What the task requires = Beginning with the line that holds "f 430 121 309" in the data below, give again every line through the one that holds "f 185 243 362", exactly as written.

Provided records =

+---+

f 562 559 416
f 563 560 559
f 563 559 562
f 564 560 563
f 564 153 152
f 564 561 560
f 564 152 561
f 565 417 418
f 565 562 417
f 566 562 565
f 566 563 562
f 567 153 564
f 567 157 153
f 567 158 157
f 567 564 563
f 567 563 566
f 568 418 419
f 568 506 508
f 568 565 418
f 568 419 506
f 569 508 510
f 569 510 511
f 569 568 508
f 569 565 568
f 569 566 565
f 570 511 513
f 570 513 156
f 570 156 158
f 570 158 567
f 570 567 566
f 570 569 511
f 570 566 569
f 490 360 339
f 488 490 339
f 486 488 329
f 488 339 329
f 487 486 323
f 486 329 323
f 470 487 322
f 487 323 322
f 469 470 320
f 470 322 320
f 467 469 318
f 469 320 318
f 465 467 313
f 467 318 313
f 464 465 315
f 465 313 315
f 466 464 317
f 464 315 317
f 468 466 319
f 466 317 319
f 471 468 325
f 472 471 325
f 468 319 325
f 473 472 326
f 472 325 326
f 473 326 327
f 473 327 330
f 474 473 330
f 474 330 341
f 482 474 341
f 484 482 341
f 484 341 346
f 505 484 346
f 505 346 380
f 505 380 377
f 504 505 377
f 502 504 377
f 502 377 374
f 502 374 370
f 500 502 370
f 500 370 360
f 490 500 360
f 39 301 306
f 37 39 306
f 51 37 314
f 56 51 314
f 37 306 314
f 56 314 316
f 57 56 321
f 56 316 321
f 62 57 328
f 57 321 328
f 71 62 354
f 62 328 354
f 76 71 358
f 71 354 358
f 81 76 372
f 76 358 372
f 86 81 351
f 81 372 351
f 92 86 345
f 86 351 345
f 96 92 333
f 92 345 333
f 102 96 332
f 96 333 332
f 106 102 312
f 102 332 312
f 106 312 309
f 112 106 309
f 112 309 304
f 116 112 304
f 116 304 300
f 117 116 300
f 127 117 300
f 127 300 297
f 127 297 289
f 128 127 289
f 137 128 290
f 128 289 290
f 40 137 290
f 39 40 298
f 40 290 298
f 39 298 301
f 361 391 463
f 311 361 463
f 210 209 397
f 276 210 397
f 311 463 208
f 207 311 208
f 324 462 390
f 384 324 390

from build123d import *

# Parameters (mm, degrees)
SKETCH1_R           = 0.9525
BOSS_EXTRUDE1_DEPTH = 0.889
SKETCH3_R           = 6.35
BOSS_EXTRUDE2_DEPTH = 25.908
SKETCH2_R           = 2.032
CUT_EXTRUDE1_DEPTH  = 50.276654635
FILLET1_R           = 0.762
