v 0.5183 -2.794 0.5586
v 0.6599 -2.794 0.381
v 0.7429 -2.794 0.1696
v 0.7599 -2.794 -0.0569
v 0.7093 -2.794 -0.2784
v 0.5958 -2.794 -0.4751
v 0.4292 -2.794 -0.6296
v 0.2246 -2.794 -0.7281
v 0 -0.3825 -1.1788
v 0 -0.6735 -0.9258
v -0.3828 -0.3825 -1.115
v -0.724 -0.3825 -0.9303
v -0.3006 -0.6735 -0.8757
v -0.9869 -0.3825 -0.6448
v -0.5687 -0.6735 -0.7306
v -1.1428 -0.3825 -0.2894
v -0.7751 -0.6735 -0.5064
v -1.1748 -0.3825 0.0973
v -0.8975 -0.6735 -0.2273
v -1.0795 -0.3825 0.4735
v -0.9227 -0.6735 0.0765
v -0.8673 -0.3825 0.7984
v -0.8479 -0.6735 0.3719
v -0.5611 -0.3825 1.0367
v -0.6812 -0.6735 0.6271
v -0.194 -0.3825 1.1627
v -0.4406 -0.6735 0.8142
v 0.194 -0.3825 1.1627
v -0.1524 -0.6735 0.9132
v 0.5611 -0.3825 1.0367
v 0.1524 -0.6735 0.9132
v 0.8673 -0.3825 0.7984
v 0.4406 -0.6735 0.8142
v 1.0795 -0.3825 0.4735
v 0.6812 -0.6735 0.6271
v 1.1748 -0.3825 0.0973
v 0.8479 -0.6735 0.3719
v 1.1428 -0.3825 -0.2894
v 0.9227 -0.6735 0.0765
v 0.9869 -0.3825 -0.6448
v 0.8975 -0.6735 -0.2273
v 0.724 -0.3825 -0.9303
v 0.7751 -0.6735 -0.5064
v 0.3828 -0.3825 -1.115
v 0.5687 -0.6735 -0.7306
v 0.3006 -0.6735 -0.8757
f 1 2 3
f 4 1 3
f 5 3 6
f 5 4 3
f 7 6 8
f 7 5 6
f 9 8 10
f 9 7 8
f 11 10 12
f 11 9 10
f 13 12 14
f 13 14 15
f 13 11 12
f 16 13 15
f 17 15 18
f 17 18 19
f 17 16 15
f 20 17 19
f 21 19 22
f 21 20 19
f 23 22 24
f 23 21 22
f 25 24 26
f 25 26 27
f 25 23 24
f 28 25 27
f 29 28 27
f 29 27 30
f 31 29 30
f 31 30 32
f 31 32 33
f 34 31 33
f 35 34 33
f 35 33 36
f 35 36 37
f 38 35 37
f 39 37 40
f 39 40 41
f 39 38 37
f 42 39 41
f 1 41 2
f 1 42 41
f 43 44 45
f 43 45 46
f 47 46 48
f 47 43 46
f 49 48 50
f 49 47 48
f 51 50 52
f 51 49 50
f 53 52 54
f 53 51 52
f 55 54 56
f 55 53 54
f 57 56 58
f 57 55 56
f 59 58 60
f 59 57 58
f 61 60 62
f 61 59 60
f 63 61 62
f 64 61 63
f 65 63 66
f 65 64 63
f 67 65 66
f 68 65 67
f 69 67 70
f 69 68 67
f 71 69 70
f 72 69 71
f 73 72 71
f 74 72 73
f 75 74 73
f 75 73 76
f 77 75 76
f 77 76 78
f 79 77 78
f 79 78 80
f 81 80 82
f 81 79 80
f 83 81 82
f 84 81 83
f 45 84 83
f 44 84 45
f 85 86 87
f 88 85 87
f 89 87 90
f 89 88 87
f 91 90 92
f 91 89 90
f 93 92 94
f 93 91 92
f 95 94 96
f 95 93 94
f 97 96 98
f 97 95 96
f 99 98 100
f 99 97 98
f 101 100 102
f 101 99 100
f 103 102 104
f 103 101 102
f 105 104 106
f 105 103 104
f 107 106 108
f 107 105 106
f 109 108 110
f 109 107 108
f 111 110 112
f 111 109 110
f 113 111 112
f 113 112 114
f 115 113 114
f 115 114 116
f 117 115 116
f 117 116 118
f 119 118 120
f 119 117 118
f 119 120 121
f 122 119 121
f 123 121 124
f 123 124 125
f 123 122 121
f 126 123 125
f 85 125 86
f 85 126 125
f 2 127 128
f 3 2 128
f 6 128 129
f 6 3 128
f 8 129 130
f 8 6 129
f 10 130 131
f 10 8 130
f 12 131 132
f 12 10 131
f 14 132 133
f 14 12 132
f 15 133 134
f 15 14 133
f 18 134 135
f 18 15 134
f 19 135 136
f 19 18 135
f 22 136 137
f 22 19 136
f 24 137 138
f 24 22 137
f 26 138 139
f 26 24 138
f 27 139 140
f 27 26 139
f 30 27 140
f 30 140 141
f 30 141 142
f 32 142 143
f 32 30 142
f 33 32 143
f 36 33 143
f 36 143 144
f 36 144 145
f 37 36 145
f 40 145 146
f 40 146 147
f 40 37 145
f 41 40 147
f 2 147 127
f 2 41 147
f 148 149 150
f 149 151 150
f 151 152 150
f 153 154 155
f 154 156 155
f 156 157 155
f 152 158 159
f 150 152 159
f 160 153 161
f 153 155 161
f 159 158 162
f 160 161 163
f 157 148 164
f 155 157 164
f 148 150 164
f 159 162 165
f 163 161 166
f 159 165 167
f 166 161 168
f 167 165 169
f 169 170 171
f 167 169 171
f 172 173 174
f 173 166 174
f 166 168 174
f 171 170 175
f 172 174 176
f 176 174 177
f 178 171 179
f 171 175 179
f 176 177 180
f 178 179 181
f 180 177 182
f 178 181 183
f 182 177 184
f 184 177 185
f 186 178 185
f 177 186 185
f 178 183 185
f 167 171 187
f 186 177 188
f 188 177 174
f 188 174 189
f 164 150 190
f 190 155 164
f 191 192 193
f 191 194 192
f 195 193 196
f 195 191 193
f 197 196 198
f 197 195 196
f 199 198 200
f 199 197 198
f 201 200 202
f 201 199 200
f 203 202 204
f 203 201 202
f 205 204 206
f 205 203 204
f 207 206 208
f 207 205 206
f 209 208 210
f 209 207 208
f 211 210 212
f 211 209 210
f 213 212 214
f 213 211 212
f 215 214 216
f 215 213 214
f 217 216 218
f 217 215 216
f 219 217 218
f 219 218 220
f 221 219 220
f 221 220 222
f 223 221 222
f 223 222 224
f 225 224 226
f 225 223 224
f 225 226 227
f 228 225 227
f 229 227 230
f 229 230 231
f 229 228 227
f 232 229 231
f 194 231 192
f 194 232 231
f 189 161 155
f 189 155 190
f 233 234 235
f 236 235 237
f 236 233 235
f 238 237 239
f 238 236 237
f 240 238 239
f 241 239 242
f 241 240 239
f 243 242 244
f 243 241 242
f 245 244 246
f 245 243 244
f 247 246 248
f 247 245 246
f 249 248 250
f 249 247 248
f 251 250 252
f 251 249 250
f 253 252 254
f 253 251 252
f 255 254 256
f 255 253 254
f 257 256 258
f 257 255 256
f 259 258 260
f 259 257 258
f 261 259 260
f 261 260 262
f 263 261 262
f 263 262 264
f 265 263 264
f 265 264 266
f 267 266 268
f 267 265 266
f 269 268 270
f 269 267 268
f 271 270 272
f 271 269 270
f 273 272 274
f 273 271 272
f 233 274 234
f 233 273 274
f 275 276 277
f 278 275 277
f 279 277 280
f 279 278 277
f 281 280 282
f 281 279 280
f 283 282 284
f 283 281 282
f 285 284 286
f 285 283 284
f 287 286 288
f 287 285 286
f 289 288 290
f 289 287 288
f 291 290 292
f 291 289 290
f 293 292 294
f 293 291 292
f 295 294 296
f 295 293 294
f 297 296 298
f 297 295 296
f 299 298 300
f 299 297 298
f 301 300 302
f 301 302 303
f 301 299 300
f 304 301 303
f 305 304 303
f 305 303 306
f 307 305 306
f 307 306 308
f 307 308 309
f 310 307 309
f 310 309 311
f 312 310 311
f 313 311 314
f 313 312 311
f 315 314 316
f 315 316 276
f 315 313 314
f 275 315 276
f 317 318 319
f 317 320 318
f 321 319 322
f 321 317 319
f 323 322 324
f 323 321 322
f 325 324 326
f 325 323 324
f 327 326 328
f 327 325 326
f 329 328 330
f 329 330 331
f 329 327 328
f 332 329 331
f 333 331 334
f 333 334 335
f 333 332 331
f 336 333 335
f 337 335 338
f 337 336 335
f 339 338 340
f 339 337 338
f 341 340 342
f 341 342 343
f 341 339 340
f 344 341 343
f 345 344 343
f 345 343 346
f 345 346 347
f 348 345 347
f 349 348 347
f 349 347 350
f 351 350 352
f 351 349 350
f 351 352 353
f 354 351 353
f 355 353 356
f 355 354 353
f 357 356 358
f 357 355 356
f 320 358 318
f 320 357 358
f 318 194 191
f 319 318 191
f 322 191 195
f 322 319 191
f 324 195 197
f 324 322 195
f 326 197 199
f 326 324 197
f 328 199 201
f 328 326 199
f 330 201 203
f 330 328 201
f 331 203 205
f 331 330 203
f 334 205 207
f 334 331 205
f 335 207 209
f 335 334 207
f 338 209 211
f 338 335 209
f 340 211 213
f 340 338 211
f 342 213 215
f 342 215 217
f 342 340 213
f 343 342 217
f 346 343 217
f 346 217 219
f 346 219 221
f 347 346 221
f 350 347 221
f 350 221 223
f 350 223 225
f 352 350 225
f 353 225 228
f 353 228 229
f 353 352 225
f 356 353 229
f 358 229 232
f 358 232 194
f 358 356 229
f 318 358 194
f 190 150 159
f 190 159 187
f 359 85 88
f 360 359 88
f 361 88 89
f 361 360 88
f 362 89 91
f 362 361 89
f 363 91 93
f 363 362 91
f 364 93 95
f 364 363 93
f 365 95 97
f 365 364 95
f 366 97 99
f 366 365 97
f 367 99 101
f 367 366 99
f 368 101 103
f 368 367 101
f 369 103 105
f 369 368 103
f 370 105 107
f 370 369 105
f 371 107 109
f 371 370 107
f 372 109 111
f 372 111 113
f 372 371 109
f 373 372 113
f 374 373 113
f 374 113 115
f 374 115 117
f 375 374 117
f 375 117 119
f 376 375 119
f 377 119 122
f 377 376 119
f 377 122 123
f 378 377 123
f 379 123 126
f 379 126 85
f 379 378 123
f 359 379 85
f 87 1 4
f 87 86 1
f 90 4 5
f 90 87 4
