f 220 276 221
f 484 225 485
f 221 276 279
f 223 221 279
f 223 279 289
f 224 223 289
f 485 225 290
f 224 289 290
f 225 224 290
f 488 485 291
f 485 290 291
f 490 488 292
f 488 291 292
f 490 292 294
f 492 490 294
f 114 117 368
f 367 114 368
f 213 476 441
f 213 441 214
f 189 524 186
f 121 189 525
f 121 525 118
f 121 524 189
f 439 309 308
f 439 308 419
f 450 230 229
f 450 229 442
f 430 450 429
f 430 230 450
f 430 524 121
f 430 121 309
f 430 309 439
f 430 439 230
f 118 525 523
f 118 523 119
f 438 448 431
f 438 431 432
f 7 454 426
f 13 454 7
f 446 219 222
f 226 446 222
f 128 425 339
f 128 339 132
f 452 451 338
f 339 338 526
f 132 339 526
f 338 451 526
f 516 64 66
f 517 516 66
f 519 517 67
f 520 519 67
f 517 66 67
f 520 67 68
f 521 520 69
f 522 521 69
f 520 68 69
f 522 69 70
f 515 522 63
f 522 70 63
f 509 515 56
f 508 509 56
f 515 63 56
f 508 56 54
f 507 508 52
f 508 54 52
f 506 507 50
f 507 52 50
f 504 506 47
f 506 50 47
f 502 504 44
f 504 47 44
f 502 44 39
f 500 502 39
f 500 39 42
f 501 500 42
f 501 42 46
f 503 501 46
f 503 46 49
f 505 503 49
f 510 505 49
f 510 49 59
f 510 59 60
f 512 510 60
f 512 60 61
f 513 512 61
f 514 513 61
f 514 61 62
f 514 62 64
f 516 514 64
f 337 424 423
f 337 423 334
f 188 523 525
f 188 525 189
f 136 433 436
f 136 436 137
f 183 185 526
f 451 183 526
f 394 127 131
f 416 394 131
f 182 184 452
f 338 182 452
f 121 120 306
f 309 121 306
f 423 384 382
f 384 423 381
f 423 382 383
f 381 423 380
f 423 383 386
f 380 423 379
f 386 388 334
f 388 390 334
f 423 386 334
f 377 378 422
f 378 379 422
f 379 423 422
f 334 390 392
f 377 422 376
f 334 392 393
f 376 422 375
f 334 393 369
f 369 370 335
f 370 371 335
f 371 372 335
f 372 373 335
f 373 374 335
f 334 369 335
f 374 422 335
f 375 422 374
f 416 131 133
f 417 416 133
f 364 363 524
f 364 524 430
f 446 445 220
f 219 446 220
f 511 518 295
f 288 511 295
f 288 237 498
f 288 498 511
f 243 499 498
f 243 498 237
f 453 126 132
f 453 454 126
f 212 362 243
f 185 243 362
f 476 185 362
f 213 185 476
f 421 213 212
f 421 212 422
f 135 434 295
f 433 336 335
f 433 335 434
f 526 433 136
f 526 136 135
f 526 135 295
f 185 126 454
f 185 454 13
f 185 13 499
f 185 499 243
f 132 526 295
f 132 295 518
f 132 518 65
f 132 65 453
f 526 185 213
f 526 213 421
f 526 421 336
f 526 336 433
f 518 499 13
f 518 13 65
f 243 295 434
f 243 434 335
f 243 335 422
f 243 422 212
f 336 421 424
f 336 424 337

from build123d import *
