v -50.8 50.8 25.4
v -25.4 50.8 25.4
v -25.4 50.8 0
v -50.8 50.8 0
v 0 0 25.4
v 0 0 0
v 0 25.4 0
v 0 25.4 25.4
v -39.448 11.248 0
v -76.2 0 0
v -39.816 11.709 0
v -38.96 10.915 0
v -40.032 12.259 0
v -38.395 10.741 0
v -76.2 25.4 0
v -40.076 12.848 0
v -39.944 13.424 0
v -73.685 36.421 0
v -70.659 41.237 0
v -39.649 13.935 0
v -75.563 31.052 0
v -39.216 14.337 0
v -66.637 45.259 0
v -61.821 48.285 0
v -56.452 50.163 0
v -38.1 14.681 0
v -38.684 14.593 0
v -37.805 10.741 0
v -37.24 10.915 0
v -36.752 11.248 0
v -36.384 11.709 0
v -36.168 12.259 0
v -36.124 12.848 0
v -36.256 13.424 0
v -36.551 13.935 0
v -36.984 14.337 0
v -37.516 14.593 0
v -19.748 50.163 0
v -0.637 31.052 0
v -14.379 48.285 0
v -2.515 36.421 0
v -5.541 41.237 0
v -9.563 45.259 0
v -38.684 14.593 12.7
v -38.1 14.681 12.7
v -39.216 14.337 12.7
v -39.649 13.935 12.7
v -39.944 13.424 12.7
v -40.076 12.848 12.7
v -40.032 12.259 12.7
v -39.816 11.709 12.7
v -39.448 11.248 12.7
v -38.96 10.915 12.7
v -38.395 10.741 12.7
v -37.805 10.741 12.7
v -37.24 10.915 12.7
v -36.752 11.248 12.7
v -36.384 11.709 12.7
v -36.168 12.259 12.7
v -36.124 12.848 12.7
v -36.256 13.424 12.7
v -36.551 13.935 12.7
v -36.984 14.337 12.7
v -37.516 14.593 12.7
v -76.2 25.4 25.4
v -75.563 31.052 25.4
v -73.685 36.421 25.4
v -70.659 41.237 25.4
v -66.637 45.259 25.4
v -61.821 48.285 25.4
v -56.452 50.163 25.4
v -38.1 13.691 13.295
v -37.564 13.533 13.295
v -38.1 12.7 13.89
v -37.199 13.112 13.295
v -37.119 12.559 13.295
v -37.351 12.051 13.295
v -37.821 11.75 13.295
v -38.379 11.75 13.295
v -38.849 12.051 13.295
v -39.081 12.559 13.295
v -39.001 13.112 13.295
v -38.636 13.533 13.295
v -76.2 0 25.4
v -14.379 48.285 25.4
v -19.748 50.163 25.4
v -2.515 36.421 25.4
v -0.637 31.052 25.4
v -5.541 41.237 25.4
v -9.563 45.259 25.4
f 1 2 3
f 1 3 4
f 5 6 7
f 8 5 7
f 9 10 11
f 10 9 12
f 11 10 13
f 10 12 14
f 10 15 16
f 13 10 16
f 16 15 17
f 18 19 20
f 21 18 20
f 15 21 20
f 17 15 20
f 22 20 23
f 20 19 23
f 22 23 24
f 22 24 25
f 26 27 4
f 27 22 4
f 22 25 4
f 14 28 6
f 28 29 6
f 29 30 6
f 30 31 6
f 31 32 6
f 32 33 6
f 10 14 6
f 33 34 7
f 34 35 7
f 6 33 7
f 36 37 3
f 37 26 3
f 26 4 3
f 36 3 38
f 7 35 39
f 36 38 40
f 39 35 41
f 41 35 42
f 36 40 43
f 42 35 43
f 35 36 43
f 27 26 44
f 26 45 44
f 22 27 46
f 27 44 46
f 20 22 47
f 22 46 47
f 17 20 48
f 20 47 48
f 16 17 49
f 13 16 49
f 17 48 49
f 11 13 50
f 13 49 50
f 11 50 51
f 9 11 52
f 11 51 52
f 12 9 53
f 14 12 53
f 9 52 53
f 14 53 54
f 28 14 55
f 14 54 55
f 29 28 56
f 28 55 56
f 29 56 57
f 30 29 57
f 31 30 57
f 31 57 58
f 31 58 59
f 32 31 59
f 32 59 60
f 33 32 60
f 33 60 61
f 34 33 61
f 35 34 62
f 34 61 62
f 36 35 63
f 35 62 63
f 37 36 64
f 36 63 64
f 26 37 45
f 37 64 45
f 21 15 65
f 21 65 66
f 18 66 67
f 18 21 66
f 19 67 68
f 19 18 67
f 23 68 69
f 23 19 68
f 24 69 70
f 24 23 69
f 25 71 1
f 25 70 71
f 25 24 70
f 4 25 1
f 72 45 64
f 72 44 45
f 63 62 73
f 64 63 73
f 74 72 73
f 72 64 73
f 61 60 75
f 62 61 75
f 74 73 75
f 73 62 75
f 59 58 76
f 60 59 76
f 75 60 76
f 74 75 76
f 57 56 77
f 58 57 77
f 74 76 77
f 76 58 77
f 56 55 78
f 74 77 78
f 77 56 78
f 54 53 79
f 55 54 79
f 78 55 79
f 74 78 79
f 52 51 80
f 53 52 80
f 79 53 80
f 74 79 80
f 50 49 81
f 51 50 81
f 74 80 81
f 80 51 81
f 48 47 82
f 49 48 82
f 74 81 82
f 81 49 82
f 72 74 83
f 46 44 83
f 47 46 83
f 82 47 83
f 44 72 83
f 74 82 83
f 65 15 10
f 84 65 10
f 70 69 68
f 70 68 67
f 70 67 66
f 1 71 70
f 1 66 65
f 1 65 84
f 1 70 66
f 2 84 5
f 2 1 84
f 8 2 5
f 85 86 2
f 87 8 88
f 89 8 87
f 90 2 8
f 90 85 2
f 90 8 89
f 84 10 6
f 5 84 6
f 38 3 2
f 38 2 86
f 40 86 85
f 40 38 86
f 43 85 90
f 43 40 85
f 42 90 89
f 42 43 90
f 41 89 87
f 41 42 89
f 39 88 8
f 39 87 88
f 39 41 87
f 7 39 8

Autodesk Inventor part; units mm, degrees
ref_plane "YZ Plane" through (0, 0, 0) normal (1, 0, 0) x (0, 1, 0)
ref_plane "XZ Plane" through (0, 0, 0) normal (0, 1, 0) x (-1, 0, 0)
ref_plane "XY Plane" through (0, 0, 0) normal (0, 0, 1) x (1, 0, 0)
sketch "Sketch1" plane through (0, 0, 0) normal (0, 0, 1) x (1, 0, 0)
  line L0 (0, 0) -> (0, 25.4)
  arc A0 (0, 25.4) -> (-25.4, 50.8) centre (-25.4, 25.4) ccw
  line L1 (-25.4, 50.8) -> (-50.8, 50.8)
  arc A1 (-50.8, 50.8) -> (-76.2, 25.4) centre (-50.8, 25.4) ccw
  line L2 (-76.2, 25.4) -> (-76.2, 0)
  line L3 (-76.2, 0) -> (0, 0)
  point P0 (-38.1, 12.7)
extrude "Extrusion1" add sketch "Sketch1" along normal blind 25.4
hole "Hole1" at (-38.1, 12.7, 0) direction (0, 0, 1) diameter 3.9624 depth 12.7 tip angle 118 thread size "10-32 UNF" class "2B" standard "ANSI Unified Screw Threads"
properties part number "arc_test"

+---+

Answer to this exercise =
f 430 121 309
f 430 309 439
f 430 439 230
f 118 525 523
f 118 523 119
f 438 448 431
f 438 431 432
f 7 454 426
f 13 454 7
f 446 219 222
f 226 446 222
f 128 425 339
f 128 339 132
f 452 451 338
f 339 338 526
f 132 339 526
f 338 451 526
f 516 64 66
f 517 516 66
f 519 517 67
f 520 519 67
f 517 66 67
f 520 67 68
f 521 520 69
f 522 521 69
f 520 68 69
f 522 69 70
f 515 522 63
f 522 70 63
f 509 515 56
f 508 509 56
f 515 63 56
f 508 56 54
f 507 508 52
f 508 54 52
f 506 507 50
f 507 52 50
f 504 506 47
f 506 50 47
f 502 504 44
f 504 47 44
f 502 44 39
f 500 502 39
f 500 39 42
f 501 500 42
f 501 42 46
f 503 501 46
f 503 46 49
f 505 503 49
f 510 505 49
f 510 49 59
f 510 59 60
f 512 510 60
f 512 60 61
f 513 512 61
f 514 513 61
f 514 61 62
f 514 62 64
f 516 514 64
f 337 424 423
f 337 423 334
f 188 523 525
f 188 525 189
f 136 433 436
f 136 436 137
f 183 185 526
f 451 183 526
f 394 127 131
f 416 394 131
f 182 184 452
f 338 182 452
f 121 120 306
f 309 121 306
f 423 384 382
f 384 423 381
f 423 382 383
f 381 423 380
f 423 383 386
f 380 423 379
f 386 388 334
f 388 390 334
f 423 386 334
f 377 378 422
f 378 379 422
f 379 423 422
f 334 390 392
f 377 422 376
f 334 392 393
f 376 422 375
f 334 393 369
f 369 370 335
f 370 371 335
f 371 372 335
f 372 373 335
f 373 374 335
f 334 369 335
f 374 422 335
f 375 422 374
f 416 131 133
f 417 416 133
f 364 363 524
f 364 524 430
f 446 445 220
f 219 446 220
f 511 518 295
f 288 511 295
f 288 237 498
f 288 498 511
f 243 499 498
f 243 498 237
f 453 126 132
f 453 454 126
f 212 362 243
f 185 243 362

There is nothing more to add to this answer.